#### [Data for this task]
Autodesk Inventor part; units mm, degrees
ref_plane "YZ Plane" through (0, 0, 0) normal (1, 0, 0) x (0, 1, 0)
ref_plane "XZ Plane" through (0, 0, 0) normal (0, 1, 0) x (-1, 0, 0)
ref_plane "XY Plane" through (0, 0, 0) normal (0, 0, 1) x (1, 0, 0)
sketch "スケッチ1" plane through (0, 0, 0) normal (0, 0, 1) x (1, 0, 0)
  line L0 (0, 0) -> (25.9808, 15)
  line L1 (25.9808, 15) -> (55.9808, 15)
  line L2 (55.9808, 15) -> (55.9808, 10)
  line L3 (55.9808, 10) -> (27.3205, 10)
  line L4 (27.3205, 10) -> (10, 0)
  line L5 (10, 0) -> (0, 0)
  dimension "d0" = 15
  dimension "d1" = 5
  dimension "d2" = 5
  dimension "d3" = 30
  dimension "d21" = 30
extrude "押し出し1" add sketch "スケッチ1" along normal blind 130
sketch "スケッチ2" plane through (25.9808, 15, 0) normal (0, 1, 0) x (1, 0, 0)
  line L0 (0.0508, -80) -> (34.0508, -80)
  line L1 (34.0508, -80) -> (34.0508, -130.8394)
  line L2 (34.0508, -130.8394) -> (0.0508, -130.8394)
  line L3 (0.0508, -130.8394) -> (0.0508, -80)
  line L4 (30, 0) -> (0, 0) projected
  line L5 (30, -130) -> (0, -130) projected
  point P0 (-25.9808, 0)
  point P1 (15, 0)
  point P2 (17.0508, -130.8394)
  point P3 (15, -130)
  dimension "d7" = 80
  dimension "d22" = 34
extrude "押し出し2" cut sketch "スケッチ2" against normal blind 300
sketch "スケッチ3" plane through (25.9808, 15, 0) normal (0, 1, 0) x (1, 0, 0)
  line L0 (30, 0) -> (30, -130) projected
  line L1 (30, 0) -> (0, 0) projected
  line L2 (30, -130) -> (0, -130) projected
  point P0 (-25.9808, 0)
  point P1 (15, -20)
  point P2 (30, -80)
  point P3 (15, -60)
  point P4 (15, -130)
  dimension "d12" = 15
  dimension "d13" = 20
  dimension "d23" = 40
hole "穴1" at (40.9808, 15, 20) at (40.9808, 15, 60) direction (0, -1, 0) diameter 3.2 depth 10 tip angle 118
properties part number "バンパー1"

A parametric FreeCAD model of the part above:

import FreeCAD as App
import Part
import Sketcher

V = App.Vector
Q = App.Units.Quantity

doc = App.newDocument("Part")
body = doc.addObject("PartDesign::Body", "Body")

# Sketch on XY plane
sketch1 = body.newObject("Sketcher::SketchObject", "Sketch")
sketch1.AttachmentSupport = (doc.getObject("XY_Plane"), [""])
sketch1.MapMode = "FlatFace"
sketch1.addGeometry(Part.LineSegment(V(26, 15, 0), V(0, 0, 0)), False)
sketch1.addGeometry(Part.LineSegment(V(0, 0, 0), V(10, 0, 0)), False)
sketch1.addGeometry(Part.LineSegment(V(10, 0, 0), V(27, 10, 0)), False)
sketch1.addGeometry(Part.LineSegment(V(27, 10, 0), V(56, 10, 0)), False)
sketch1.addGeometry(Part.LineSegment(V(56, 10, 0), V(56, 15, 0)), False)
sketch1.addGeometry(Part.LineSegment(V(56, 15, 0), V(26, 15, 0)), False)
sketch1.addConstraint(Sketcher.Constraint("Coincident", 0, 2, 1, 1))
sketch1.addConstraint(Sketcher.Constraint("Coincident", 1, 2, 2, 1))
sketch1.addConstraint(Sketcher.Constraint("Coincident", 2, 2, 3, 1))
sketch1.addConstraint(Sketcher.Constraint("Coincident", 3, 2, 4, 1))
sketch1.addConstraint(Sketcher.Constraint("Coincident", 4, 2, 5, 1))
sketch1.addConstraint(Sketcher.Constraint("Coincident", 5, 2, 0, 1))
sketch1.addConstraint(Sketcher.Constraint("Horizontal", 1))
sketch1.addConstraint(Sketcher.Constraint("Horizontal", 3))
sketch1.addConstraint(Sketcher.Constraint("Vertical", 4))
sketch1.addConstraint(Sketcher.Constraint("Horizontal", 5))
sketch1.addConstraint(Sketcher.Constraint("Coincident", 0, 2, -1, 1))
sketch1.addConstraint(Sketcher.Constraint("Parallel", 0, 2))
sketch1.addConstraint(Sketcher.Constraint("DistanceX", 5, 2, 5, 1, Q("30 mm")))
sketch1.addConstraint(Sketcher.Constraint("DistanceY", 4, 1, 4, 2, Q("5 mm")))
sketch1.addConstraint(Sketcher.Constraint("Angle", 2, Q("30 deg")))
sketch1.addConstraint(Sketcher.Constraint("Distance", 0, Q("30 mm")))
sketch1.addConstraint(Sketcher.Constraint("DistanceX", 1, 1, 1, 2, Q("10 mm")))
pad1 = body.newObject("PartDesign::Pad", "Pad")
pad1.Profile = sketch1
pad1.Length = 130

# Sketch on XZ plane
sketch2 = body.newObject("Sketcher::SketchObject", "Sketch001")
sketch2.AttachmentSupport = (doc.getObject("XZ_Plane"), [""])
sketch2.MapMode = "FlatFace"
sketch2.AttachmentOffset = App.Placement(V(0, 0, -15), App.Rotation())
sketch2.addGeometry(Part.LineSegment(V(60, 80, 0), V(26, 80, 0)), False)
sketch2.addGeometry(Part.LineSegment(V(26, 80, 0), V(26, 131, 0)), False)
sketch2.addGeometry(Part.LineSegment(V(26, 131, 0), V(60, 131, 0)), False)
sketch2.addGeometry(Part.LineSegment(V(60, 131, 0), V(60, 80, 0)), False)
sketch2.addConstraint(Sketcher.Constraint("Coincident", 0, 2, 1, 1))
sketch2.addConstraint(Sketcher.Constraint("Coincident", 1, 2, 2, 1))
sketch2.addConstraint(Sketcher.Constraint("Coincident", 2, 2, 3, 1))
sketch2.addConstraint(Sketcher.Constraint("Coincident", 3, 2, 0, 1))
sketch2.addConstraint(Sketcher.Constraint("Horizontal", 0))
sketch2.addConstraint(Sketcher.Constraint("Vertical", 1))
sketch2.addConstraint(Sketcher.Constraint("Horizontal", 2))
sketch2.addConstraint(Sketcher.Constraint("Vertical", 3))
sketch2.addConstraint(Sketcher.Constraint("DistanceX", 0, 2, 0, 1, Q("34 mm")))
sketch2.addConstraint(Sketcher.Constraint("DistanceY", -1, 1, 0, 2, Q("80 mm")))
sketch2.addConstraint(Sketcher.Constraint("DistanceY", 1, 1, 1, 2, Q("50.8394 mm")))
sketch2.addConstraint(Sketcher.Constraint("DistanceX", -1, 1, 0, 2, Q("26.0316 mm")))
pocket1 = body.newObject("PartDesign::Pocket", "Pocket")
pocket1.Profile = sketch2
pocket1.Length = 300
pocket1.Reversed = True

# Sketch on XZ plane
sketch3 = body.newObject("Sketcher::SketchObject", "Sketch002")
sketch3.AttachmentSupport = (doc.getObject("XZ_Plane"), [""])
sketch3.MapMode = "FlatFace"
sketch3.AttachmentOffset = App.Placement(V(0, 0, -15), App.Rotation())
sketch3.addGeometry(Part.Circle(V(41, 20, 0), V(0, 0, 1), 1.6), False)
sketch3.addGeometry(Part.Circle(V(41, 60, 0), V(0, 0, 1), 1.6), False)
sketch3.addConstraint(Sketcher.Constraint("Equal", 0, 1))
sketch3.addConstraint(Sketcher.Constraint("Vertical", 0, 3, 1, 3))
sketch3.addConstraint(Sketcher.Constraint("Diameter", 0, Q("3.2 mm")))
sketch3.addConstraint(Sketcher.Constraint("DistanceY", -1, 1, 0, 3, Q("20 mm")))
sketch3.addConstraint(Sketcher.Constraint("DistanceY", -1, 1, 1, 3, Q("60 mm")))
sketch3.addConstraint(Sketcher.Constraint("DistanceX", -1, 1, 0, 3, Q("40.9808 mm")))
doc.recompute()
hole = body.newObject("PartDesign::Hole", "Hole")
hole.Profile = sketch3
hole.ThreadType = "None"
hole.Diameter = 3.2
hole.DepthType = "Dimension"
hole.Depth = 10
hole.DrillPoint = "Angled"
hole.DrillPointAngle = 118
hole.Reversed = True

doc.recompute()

---

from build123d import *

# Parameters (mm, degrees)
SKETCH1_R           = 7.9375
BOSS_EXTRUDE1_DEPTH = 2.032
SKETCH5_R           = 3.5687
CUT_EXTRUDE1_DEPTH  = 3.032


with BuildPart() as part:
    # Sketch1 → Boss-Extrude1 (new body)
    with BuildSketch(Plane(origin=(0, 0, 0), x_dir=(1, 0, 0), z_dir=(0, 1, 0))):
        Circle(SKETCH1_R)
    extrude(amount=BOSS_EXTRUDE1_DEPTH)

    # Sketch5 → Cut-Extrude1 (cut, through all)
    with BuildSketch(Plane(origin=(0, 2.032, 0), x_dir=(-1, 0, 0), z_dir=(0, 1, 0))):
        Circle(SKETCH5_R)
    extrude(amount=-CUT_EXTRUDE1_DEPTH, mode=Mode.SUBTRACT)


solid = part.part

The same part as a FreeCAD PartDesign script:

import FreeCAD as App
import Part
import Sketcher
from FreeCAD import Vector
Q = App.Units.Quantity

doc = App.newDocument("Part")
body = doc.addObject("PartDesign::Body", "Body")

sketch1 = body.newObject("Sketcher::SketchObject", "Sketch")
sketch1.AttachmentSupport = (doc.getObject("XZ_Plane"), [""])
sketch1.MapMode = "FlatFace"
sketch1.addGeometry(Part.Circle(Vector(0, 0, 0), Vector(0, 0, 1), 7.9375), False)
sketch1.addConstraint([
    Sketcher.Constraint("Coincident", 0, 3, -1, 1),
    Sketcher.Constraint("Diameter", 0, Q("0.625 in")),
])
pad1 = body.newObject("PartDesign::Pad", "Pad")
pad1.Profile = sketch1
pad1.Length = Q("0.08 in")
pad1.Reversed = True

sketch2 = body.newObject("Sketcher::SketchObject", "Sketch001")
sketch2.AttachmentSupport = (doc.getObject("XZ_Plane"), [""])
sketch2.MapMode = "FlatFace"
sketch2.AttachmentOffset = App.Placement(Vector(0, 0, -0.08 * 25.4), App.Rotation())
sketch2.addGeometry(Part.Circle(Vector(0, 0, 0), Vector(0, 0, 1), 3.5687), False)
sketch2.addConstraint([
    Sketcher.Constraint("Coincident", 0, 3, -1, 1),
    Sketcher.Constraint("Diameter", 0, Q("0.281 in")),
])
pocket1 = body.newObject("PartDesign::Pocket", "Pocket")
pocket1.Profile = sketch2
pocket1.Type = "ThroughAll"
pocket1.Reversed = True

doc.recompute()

#### [Problem statement]
Gather up the lines containing the word "origin" from these records and copy them.

#### [Task result]
    with BuildSketch(Plane(origin=(0, 0, 0), x_dir=(1, 0, 0), z_dir=(0, 1, 0))):
    with BuildSketch(Plane(origin=(0, 2.032, 0), x_dir=(-1, 0, 0), z_dir=(0, 1, 0))):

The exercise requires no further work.